GOP Tax Reform Poses New Threat For Nonprofits
Newsy and The Center for Public Integrity investigated the impact tax reform has had on nonprofits since the law was passed in December 2017.LEARN MORE
Nonprofit leaders warned the 2017 GOP tax bill could hurt charitable giving. Signs are now piling up those fears are coming true.
When Republicans passed tax reform in 2017, non-profit leaders warned one of the major unintended consequences of the bill could be a drop in charitable giving.
Now, one and a half years after becoming law, a growing number of signs show those fears are being realized.
'Giving USA's' annual report -- the most comprehensive yearly study of philanthropy -- found overall charitable donations dropped an inflation-adjusted 1.7% in 2018. giving by individuals went down 3.4%. It's the first time since 2013 giving has dipped.
The report is the best look so far at the impact the tax law had in its first year, and advocates for non-profits say the findings back up a number of other surveys that are just as troubling.

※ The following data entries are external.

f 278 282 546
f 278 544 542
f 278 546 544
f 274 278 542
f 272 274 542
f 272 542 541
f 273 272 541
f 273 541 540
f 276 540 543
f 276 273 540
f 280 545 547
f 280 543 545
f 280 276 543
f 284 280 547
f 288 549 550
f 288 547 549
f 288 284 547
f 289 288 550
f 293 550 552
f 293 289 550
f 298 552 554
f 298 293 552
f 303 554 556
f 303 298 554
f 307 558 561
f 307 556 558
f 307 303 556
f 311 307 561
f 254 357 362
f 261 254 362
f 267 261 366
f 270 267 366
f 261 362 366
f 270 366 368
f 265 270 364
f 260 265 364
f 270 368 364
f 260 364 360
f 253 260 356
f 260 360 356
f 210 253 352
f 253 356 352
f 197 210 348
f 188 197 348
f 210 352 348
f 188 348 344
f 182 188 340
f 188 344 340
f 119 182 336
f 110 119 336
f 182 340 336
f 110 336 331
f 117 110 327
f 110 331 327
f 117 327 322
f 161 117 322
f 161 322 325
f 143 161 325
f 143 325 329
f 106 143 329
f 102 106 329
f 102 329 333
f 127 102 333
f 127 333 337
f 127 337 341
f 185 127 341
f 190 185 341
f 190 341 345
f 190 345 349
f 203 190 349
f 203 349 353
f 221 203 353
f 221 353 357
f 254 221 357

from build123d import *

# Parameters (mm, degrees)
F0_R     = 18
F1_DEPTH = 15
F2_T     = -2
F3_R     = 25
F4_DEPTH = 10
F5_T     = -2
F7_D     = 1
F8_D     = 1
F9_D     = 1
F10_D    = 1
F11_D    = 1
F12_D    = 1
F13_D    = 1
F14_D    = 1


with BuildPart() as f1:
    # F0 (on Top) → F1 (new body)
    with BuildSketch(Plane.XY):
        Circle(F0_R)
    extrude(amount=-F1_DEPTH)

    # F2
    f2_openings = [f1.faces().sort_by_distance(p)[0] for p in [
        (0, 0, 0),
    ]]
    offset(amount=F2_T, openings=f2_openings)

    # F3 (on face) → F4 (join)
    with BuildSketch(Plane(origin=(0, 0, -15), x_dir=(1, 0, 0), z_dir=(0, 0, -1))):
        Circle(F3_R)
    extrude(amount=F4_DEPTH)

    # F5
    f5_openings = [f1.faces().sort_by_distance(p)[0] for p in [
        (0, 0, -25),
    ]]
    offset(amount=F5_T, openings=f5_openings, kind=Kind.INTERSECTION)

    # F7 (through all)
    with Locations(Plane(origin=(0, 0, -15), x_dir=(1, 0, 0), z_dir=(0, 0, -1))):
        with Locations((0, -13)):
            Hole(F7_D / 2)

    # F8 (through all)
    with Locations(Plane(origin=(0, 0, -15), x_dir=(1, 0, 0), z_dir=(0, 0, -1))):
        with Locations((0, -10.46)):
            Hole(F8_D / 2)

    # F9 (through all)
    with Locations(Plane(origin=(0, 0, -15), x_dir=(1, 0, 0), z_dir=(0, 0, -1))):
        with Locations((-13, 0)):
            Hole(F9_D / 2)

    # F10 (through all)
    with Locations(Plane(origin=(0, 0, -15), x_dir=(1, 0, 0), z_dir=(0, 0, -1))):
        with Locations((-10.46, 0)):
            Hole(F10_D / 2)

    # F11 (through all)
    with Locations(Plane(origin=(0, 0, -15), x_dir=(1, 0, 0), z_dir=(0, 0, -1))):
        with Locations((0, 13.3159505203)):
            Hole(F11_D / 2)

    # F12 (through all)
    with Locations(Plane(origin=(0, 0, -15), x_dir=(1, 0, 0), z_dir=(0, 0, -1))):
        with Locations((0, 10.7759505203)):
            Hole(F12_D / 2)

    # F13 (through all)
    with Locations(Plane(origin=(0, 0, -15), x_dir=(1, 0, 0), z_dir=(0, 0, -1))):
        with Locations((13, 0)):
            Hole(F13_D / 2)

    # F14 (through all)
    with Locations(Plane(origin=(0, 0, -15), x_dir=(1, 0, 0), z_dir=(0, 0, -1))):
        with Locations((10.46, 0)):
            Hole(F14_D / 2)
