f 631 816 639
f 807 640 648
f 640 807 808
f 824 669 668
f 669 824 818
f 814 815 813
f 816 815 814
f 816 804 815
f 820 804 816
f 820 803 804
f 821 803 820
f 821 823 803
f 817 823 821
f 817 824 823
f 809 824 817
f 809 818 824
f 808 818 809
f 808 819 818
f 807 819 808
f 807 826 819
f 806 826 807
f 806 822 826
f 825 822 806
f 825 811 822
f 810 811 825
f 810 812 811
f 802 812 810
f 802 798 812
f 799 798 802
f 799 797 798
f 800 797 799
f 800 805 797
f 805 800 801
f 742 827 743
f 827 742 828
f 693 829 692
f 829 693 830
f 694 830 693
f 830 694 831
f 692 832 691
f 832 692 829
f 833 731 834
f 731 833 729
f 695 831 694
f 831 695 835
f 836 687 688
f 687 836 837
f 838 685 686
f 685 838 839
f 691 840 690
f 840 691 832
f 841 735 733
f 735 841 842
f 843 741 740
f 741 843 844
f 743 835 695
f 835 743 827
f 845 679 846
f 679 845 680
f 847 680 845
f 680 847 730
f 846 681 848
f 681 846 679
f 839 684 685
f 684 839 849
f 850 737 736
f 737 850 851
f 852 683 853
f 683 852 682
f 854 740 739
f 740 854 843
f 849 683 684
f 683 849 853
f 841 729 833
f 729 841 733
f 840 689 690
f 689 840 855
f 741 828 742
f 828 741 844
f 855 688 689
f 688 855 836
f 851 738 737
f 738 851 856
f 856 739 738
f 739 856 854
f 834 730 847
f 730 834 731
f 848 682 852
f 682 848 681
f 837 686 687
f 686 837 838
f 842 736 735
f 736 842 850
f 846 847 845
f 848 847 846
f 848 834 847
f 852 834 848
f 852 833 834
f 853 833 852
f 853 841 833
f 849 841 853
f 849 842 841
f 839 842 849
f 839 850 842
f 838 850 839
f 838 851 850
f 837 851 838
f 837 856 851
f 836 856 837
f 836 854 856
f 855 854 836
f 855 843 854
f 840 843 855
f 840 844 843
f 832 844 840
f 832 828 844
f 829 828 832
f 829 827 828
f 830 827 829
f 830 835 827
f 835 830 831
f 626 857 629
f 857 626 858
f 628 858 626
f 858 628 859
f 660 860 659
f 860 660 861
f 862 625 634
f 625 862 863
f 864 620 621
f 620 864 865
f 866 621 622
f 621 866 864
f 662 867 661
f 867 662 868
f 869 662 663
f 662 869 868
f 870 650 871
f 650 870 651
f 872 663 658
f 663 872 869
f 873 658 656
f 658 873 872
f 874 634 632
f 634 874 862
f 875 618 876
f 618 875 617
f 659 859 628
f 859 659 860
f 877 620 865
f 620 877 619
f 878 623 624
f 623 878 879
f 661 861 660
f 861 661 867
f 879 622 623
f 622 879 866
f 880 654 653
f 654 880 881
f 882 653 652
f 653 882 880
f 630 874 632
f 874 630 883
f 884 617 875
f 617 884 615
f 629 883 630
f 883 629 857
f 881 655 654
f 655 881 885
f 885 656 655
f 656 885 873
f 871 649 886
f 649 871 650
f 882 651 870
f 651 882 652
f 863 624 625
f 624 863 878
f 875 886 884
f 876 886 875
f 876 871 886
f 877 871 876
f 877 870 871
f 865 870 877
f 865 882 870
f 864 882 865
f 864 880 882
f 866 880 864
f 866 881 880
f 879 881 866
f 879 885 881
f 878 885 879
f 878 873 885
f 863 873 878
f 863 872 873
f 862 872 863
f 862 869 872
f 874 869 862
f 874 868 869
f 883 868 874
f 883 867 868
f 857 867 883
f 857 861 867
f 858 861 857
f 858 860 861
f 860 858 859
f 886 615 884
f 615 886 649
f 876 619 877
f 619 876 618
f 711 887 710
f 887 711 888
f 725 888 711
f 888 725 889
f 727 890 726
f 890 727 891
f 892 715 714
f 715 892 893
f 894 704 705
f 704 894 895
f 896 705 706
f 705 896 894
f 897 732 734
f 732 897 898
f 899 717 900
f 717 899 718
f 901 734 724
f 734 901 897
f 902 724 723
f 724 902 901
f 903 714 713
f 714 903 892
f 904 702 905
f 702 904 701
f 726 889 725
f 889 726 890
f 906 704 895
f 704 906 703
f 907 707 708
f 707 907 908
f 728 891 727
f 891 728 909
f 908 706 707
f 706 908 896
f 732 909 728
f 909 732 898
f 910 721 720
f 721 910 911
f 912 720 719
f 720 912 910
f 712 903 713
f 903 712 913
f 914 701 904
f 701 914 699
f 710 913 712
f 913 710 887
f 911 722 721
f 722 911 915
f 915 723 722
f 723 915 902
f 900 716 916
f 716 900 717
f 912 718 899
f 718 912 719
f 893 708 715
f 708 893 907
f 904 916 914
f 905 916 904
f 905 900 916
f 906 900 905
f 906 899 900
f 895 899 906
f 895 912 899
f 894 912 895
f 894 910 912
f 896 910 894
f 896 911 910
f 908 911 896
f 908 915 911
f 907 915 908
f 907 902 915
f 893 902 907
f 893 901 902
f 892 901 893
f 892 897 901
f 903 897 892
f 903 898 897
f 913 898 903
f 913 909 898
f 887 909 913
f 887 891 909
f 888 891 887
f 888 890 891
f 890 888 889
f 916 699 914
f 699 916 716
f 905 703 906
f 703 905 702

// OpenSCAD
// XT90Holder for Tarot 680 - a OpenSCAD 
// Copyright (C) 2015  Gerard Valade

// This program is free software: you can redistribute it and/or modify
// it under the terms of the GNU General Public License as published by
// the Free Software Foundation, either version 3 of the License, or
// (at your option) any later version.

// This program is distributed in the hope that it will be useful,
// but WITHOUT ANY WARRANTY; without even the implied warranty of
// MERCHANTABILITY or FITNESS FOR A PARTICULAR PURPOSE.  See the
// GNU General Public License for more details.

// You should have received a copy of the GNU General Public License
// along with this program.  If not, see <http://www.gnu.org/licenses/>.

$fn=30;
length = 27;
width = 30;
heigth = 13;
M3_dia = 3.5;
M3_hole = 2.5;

"By and large we are hearing about decreases, some small, some large," said Rick Cohen, a spokesman for the National Council of Nonprofits. "It will all make a difference. And we are hearing some folks say that they changed their giving behaviors because of the tax law. And, you know, if that's the case, if that's what the data are indicating, then it's something we're even more worried about this year."
The tax law has been cited as part of the reason for these dips by doubling the standard deduction. Millions of Americans who previously itemized their taxes -- subtracting things like taxes, mortgage interest payments and charitable contributions -- now see a bigger tax benefit from taking that standard deduction.
One estimate shows the number of households benefiting from charitable giving dropping from 36 million in 2017 to just 15 million in 2018.
The tax law alone can't be blamed for yearly peaks or valleys in non-profit giving. There are a lot of other factors -- like the stock market, which was particularly volatile towards the end of last year, when most charitable giving occurs. And the complete picture for 2018 won't be known until tax-return information is fully available.
But for nonprofit advocates, the signs keep adding up. And they worry that what could be coming might be worse than what we're already seeing.
"As people kind of get more familiar with whether or not they are getting the standard deduction or itemizing, we're worried that they will give a little bit less just because they'll see that they don't have that charitable giving incentive in the tax law," said Cohen. "They'll still believe in the work that the nonprofits doing, but if they give a little bit less, that means the nonprofit can do a little bit less for the community."